One Bold Move Apple Has Not Yet Made (domestic manufacturing) - subelsky
http://charmcitycurrent.com/gentlemanlymeanspursued/2010/07/12/the-one-bold-move-apple-hasnt-yet-made/

======
pc
This proposal is operationally stupid and morally dubious.

From an operational/supply-chain standpoint:

Manufacturing happens in the Pearl River Delta in China for two reasons: speed
and cost. The cost is not so much a function of the cheap labour as the
proximity to component suppliers and abundance of manufacturing expertise.
It's easy to build electronics around Shenzhen for the same reason that it's
easy to build a tech start-up in the Valley. Everything you need is around the
corner.

For Apple, one must remember that everything they build is composed of
components sourced in south-east China. As a result, US-based manufacturing
would be ludicrously inefficient. Hugely increased costs, greater inventory
stockpiles, completely needless carbon emissions, and lost flexibility. It's
like proposing RAM on a USB stick. It's so inefficient as to be nonsensical.
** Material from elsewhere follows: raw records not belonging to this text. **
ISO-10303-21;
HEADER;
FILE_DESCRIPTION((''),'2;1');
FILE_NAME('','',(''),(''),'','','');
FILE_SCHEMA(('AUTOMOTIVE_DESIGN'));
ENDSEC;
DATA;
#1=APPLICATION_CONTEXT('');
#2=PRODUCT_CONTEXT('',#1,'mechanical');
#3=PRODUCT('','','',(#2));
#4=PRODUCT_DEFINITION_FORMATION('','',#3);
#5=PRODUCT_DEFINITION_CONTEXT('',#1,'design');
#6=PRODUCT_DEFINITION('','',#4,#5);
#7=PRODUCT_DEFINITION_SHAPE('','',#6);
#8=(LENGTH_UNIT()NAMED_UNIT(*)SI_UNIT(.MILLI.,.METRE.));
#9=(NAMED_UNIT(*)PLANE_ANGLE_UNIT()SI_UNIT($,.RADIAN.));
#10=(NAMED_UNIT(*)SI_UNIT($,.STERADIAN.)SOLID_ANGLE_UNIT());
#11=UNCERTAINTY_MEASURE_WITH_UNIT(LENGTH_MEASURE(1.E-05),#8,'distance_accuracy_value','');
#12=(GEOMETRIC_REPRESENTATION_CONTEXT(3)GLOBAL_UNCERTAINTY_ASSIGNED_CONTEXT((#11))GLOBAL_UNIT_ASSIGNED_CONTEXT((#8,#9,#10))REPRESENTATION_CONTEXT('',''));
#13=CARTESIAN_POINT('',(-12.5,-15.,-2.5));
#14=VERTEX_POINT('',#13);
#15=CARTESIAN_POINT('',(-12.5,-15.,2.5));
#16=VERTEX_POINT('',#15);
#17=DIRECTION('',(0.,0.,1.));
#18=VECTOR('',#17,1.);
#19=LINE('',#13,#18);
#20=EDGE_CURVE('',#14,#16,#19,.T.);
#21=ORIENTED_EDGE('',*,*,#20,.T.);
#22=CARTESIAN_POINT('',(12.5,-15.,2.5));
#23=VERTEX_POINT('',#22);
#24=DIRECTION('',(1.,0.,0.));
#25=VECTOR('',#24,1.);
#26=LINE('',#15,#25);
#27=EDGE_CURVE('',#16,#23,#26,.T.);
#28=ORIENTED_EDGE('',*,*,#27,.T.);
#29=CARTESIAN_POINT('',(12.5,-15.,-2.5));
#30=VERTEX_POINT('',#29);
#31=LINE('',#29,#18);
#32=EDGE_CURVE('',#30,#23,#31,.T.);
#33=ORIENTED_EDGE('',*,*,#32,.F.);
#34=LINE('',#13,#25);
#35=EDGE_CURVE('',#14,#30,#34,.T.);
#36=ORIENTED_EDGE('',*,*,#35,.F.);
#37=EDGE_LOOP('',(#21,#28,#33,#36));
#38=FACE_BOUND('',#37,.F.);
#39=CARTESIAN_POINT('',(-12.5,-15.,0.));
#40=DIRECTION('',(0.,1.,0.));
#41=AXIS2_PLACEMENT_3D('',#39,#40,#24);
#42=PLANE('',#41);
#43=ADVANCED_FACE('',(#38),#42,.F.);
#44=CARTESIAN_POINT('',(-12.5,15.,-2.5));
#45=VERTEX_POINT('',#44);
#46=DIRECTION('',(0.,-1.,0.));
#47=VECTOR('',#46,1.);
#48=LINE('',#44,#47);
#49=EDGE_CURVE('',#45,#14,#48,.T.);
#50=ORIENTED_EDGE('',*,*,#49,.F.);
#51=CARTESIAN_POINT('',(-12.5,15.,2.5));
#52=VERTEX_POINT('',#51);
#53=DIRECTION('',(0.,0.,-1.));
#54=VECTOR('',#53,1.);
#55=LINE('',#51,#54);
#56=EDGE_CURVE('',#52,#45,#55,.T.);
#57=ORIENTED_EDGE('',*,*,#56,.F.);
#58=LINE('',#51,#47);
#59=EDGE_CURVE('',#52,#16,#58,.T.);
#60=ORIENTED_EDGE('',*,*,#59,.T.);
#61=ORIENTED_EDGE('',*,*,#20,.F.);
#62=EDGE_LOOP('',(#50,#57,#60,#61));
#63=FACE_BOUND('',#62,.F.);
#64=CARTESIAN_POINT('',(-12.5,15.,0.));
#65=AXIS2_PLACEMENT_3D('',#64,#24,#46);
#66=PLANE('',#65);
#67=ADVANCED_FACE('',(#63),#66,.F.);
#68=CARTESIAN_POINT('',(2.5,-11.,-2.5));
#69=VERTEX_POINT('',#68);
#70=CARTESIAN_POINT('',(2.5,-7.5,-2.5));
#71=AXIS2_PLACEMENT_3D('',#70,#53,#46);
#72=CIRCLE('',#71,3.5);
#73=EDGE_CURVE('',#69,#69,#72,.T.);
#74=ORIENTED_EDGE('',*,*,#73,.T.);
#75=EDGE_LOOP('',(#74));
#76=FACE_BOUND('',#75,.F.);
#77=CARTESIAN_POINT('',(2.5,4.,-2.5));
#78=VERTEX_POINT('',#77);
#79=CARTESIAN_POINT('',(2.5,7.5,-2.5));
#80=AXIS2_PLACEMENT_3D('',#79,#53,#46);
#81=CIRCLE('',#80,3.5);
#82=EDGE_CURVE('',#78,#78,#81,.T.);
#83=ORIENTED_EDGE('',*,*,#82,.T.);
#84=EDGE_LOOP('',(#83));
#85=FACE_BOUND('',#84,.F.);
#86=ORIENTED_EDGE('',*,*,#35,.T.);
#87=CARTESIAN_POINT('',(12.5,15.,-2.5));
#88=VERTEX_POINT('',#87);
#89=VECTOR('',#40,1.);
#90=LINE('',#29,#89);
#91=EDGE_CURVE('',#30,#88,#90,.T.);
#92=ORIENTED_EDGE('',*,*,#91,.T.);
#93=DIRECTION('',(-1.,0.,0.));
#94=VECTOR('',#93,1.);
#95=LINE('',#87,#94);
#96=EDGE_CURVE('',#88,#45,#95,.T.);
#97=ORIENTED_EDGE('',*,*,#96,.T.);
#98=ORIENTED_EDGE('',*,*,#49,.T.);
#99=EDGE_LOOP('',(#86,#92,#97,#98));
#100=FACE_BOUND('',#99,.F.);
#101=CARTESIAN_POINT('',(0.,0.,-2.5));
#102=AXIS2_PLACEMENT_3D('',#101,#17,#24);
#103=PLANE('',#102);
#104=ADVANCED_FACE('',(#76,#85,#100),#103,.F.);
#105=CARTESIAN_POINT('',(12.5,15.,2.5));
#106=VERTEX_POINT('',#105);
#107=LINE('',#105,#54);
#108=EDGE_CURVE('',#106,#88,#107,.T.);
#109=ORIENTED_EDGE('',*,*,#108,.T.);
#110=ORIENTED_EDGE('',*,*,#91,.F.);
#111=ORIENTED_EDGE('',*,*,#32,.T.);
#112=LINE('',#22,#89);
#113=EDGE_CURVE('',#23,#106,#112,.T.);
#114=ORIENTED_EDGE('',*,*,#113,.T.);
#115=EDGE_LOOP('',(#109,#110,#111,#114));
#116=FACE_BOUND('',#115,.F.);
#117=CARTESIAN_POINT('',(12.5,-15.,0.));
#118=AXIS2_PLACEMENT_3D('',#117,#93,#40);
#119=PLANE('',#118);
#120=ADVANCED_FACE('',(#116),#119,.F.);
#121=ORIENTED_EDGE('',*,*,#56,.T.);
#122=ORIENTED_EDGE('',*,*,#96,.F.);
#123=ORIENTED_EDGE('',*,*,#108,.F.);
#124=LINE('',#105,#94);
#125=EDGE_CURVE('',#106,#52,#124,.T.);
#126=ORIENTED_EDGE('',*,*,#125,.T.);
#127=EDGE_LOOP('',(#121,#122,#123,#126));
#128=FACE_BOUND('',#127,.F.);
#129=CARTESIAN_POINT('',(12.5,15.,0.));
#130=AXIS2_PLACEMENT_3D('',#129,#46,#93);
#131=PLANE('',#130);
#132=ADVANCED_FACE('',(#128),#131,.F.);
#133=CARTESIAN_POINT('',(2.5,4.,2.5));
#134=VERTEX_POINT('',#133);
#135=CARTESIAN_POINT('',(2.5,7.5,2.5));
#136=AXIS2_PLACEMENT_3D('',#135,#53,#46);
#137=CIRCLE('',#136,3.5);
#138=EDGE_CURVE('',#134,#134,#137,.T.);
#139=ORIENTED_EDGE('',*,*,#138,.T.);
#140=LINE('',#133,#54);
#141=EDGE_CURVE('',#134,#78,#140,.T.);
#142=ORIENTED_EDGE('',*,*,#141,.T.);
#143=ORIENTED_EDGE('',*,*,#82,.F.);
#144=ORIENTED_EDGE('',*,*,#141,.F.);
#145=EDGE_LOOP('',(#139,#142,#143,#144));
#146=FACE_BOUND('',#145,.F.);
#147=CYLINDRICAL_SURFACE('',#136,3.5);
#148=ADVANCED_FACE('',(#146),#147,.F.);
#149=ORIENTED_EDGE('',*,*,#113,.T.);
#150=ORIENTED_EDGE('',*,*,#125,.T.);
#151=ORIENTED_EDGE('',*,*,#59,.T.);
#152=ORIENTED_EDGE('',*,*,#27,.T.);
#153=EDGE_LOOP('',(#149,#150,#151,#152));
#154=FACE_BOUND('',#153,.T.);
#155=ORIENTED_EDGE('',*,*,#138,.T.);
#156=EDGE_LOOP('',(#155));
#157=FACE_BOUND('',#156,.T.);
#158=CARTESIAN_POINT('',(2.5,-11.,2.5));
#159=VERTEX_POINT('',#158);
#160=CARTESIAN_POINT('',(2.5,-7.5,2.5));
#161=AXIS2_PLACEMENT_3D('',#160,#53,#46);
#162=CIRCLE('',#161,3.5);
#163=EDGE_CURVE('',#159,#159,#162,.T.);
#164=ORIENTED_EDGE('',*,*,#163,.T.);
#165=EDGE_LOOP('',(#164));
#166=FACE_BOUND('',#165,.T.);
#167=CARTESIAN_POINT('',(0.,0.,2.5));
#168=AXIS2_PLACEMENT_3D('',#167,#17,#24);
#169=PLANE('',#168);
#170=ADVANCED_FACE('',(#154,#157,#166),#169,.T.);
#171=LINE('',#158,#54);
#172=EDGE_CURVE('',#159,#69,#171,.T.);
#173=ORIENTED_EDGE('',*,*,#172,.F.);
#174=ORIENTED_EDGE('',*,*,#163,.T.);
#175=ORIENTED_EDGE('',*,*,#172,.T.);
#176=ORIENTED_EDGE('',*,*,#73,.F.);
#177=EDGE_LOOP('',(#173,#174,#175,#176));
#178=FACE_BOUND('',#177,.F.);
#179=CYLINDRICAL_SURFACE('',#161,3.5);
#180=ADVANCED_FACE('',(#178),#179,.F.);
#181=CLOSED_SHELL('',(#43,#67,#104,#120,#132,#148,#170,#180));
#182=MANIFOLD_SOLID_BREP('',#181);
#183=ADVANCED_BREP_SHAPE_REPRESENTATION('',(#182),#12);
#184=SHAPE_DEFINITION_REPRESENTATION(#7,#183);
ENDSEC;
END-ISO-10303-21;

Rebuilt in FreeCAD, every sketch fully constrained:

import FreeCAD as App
import Part
import Sketcher
Q = App.Units.Quantity

doc = App.newDocument("Part")
body = doc.addObject("PartDesign::Body", "Body")

sketch1 = body.newObject("Sketcher::SketchObject", "Sketch")
sketch1.AttachmentSupport = (doc.getObject("XY_Plane"), [""])
sketch1.MapMode = "FlatFace"
sketch1.addGeometry([
    Part.LineSegment(App.Vector(-12.5, 15, 0), App.Vector(-12.5, -15, 0)),
    Part.LineSegment(App.Vector(-12.5, -15, 0), App.Vector(12.5, -15, 0)),
    Part.LineSegment(App.Vector(12.5, -15, 0), App.Vector(12.5, 15, 0)),
    Part.LineSegment(App.Vector(12.5, 15, 0), App.Vector(-12.5, 15, 0)),
], False)
sketch1.addConstraint([
    Sketcher.Constraint("Coincident", 0, 2, 1, 1),
    Sketcher.Constraint("Coincident", 1, 2, 2, 1),
    Sketcher.Constraint("Coincident", 2, 2, 3, 1),
    Sketcher.Constraint("Coincident", 3, 2, 0, 1),
    Sketcher.Constraint("Vertical", 0),
    Sketcher.Constraint("Horizontal", 1),
    Sketcher.Constraint("Vertical", 2),
    Sketcher.Constraint("Horizontal", 3),
    Sketcher.Constraint("Symmetric", 0, 2, 2, 2, -1, 1),
    Sketcher.Constraint("DistanceX", 1, 1, 1, 2, Q("25 mm")),
    Sketcher.Constraint("DistanceY", 0, 2, 0, 1, Q("30 mm")),
])
pad1 = body.newObject("PartDesign::Pad", "Pad")
pad1.Profile = sketch1
pad1.Length = 5
pad1.Midplane = True

sketch2 = body.newObject("Sketcher::SketchObject", "Sketch001")
sketch2.AttachmentSupport = (doc.getObject("XY_Plane"), [""])
sketch2.MapMode = "FlatFace"
sketch2.AttachmentOffset = App.Placement(App.Vector(0, 0, 2.5), App.Rotation())
sketch2.addGeometry([
    Part.Circle(App.Vector(2.5, 7.5, 0), App.Vector(0, 0, 1), 3.5),
    Part.Circle(App.Vector(2.5, -7.5, 0), App.Vector(0, 0, 1), 3.5),
], False)
sketch2.addConstraint([
    Sketcher.Constraint("Equal", 0, 1),
    Sketcher.Constraint("Symmetric", 0, 3, 1, 3, -1),
    Sketcher.Constraint("Diameter", 0, Q("7 mm")),
    Sketcher.Constraint("DistanceY", 1, 3, 0, 3, Q("15 mm")),
    Sketcher.Constraint("DistanceX", -1, 1, 0, 3, Q("2.5 mm")),
])
doc.recompute()
hole = body.newObject("PartDesign::Hole", "Hole")
hole.Profile = sketch2
hole.ThreadType = "None"
hole.Diameter = 7
hole.DepthType = "Dimension"
hole.Depth = 14.2
hole.DrillPoint = "Angled"
hole.DrillPointAngle = 118

doc.recompute()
Even if that were not the case, Apple specialize in what they're good at:
implementing great software, and designing wonderful hardware to accompany it.
It would be go entirely against the grain of Apple's culture of doing a small
number of things well to start a huge manufacturing arm. If they wanted to
increase the good they do for the US, there are vastly better ways they could
go about it.

Next, even _if_ Apple actually thought it was a good idea, they would be
unable to pull it off without a lot of trial, error, and screw-ups. Foxconn is
the Apple of manufacturing, and they're used by every major consumer
electronics company for good reason. Apple are great at what they do after
twenty years of experience, and appreciate the importance of _truly_ knowing a
problem-space. Manufacturing expertise is neither simple nor free.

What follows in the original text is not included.